Wer schaut, muss ausweichen
In jeder bevölkerten Fußgängerzone gibt es Passanten, die voranschreiten, ohne andere zu beachten, den Blick starr auf den Boden gerichtet. Diese Fußgänger scheinen niemanden wahrzunehmen - dennoch müssen sie kaum ausweichen. "Andere nehmen unterbewusst wahr, dass der Entgegenkommende nicht auf seine Umgebung achtet und weichen dann selbst aus", sagt Johannson. Wer die anderen weniger beachtet, ist schneller. "Wenn beide den jeweils anderen wahrnehmen, kann man oft beobachten, dass jeder ausweicht, und meist in die gleiche Richtung." Das dauere länger, da man auf die Signale des Gegenüber reagiert, sagt Johannson.

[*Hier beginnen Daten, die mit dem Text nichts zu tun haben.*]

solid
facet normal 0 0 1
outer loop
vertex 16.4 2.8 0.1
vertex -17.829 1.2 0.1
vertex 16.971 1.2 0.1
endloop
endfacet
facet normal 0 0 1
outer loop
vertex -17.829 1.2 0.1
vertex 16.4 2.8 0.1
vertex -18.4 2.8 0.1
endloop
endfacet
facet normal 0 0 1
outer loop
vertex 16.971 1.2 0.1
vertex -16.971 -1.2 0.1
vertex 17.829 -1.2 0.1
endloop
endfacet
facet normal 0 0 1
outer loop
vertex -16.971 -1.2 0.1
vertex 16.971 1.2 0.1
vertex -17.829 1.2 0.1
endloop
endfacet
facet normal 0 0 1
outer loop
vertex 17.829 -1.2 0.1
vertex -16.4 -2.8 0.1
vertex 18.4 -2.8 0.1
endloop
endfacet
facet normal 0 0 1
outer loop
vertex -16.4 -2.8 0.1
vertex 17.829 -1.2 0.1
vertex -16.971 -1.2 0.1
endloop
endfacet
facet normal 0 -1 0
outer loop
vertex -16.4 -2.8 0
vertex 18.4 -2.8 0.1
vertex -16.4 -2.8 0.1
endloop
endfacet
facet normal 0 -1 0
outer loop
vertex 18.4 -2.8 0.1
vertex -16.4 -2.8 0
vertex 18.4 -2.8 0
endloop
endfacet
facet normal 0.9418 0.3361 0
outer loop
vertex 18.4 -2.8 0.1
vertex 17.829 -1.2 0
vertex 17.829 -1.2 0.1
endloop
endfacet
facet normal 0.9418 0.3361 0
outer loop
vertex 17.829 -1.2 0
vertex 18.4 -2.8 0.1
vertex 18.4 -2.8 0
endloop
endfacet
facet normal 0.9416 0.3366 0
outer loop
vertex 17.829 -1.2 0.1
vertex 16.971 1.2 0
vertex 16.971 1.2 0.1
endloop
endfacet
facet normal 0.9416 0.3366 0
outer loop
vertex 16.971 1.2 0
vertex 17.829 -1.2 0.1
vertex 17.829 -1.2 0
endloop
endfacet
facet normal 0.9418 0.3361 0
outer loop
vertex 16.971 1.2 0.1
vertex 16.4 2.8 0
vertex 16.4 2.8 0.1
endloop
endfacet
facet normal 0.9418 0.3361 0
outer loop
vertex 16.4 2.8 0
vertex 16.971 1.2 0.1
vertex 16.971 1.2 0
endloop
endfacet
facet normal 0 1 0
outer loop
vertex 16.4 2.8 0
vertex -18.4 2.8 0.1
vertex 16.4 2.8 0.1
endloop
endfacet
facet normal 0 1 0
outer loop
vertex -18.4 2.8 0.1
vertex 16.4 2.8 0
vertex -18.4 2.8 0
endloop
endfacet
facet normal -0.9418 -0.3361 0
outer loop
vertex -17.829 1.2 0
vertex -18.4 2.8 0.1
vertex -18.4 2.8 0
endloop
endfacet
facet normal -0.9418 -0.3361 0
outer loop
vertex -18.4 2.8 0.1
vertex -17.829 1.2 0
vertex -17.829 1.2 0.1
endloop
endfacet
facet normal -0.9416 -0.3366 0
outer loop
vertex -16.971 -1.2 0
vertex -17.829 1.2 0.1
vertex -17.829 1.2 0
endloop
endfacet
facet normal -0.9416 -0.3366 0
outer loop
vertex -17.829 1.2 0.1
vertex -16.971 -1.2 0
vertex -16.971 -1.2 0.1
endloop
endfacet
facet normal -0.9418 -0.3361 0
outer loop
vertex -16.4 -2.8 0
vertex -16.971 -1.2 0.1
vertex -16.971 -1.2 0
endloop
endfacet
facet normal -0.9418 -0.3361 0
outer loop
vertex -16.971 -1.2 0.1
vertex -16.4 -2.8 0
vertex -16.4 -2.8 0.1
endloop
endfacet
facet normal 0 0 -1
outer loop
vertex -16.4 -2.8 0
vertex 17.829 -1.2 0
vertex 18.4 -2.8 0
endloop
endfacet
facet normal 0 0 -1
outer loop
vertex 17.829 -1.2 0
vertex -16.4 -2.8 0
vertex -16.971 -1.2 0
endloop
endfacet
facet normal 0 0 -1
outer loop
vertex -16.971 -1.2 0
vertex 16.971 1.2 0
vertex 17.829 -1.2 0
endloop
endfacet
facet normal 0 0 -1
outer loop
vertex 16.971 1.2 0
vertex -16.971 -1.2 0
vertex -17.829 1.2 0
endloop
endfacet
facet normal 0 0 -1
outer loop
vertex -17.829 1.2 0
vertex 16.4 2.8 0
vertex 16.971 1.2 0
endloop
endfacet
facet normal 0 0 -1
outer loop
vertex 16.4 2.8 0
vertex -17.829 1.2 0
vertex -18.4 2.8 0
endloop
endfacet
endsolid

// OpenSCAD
// file: 6422772f.scad
use <../lib.scad>
function ldraw_lib__6422772f() = [
// 0 Sticker  0.7 x  4.6 with Right Sand Green and Black Windshield Pillar
// 0 Name: 6422772f.dat
// 0 Author: Florent Faramond [Makou]
// 0 !LDRAW_ORG Part UPDATE 2025-02
// 0 !LICENSE Licensed under CC BY 4.0 : see CAreadme.txt
// 
// 0 BFC CERTIFY CCW
  [0,"BFC","CERTIFY"],
  [0,"BFC","CCW"],
// 
// 0 !KEYWORDS Bricklink 10317stk01, Brickowl 529633, Defender 90, Land Rover
// 0 !KEYWORDS Rebrickable 10102115, Set 10317
// 
// 0 !HISTORY 2025-02-27 [OrionP] Official Update 2025-02
// 
// 
// 4 0 44.5714 -0.25 3 46 -0.25 7 -41 -0.25 7 -42.4286 -0.25 3
  [4,0,44.5714,-0.25,3,46,-0.25,7,-41,-0.25,7,-42.4286,-0.25,3],
// 4 378 -44.5714 -0.25 -3 42.4286 -0.25 -3 44.5714 -0.25 3 -42.4286 -0.25 3
  [4,378,-44.5714,-0.25,-3,42.4286,-0.25,-3,44.5714,-0.25,3,-42.4286,-0.25,3],
// 4 0 -44.5714 -0.25 -3 -46 -0.25 -7 41 -0.25 -7 42.4286 -0.25 -3
  [4,0,-44.5714,-0.25,-3,-46,-0.25,-7,41,-0.25,-7,42.4286,-0.25,-3],
// 4 16 -46 -0.25 -7 -46 0 -7 41 0 -7 41 -0.25 -7
  [4,16,-46,-0.25,-7,-46,0,-7,41,0,-7,41,-0.25,-7],
// 4 16 -46 -0.25 -7 -44.5714 -0.25 -3 -44.5714 0 -3 -46 0 -7
  [4,16,-46,-0.25,-7,-44.5714,-0.25,-3,-44.5714,0,-3,-46,0,-7],
// 4 16 -44.5714 -0.25 -3 -42.4286 -0.25 3 -42.4286 0 3 -44.5714 0 -3
  [4,16,-44.5714,-0.25,-3,-42.4286,-0.25,3,-42.4286,0,3,-44.5714,0,-3],
// 4 16 -42.4286 -0.25 3 -41 -0.25 7 -41 0 7 -42.4286 0 3
  [4,16,-42.4286,-0.25,3,-41,-0.25,7,-41,0,7,-42.4286,0,3],
// 4 16 -41 -0.25 7 46 -0.25 7 46 0 7 -41 0 7
  [4,16,-41,-0.25,7,46,-0.25,7,46,0,7,-41,0,7],
// 4 16 46 -0.25 7 44.5714 -0.25 3 44.5714 0 3 46 0 7
  [4,16,46,-0.25,7,44.5714,-0.25,3,44.5714,0,3,46,0,7],
// 4 16 44.5714 -0.25 3 42.4286 -0.25 -3 42.4286 0 -3 44.5714 0 3
  [4,16,44.5714,-0.25,3,42.4286,-0.25,-3,42.4286,0,-3,44.5714,0,3],
// 4 16 42.4286 -0.25 -3 41 -0.25 -7 41 0 -7 42.4286 0 -3
  [4,16,42.4286,-0.25,-3,41,-0.25,-7,41,0,-7,42.4286,0,-3],
// 4 16 41 0 -7 -46 0 -7 -44.5714 0 -3 42.4286 0 -3
  [4,16,41,0,-7,-46,0,-7,-44.5714,0,-3,42.4286,0,-3],
// 4 16 42.4286 0 -3 -44.5714 0 -3 -42.4286 0 3 44.5714 0 3
  [4,16,42.4286,0,-3,-44.5714,0,-3,-42.4286,0,3,44.5714,0,3],
// 4 16 44.5714 0 3 -42.4286 0 3 -41 0 7 46 0 7
  [4,16,44.5714,0,3,-42.4286,0,3,-41,0,7,46,0,7],
];
module ldraw_lib__6422772f(step=0, col=false, unit=2/5, alt=false, line=0.2, solid=!$preview)
    makepoly(ldraw_lib__6422772f(), step=step, col=col, unit=unit, alt=alt, line=line, solid=solid);
ldraw_lib__6422772f(line=0.2);
// main file
use <../lib.scad>
use <6422772f.scad>
function ldraw_lib__6422772i() = [
// 0 Sticker  0.7 x  4.6 with Left Sand Green and Black Windshield Pillar
// 0 Name: 6422772i.dat
// 0 Author: Florent Faramond [Makou]
// 0 !LDRAW_ORG Part UPDATE 2025-02
// 0 !LICENSE Licensed under CC BY 4.0 : see CAreadme.txt
// 
// 0 BFC CERTIFY CCW
  [0,"BFC","CERTIFY"],
  [0,"BFC","CCW"],
// 
// 0 !KEYWORDS Bricklink 10317stk01, Brickowl 529633, Defender 90, Land Rover
// 0 !KEYWORDS Rebrickable 10102115, Set 10317
// 
// 0 !HISTORY 2025-02-27 [OrionP] Official Update 2025-02
// 
// 
// 1 16 0 0 0 -1 0 0 0 1 0 0 0 1 6422772f.dat
  [1,16,0,0,0,-1,0,0,0,1,0,0,0,1, ldraw_lib__6422772f()],
];
module ldraw_lib__6422772i(step=0, col=false, unit=2/5, alt=false, line=0.2, solid=!$preview)
    makepoly(ldraw_lib__6422772i(), step=step, col=col, unit=unit, alt=alt, line=line, solid=solid);
ldraw_lib__6422772i(line=0.2);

Bernhard Schlag, Verkehrspsychologe an der Universität Dresden, beschreibt die Wahrnehmung einzelner Verkehrsteilnehmer als "Haarschlauch", eine Art längliche Blase. "Man nimmt sich im Auto oder zu Fuß nicht als einen Punkt war, sondern als ein in die Bewegungsrichtung erweitertes Ich." Dringt jemand in die Blase ein, wird er zunächst unterbewusst wahrgenommen. Die erste Reaktion ist ein geringfügiges Ausweichen, sagt Schlag. "Das kostet am wenigsten Energie und passiert reflexartig." Ist man danach noch immer auf Kollisionskurs, wird gebremst. "Erst jetzt wird einem die Situation wirklich bewusst." Die letzte Ebene ist die verbale. Mit einer Geste oder einem "Entschuldigung" wird die Situation gelöst, falls man tatsächlich aneinandergestoßen ist.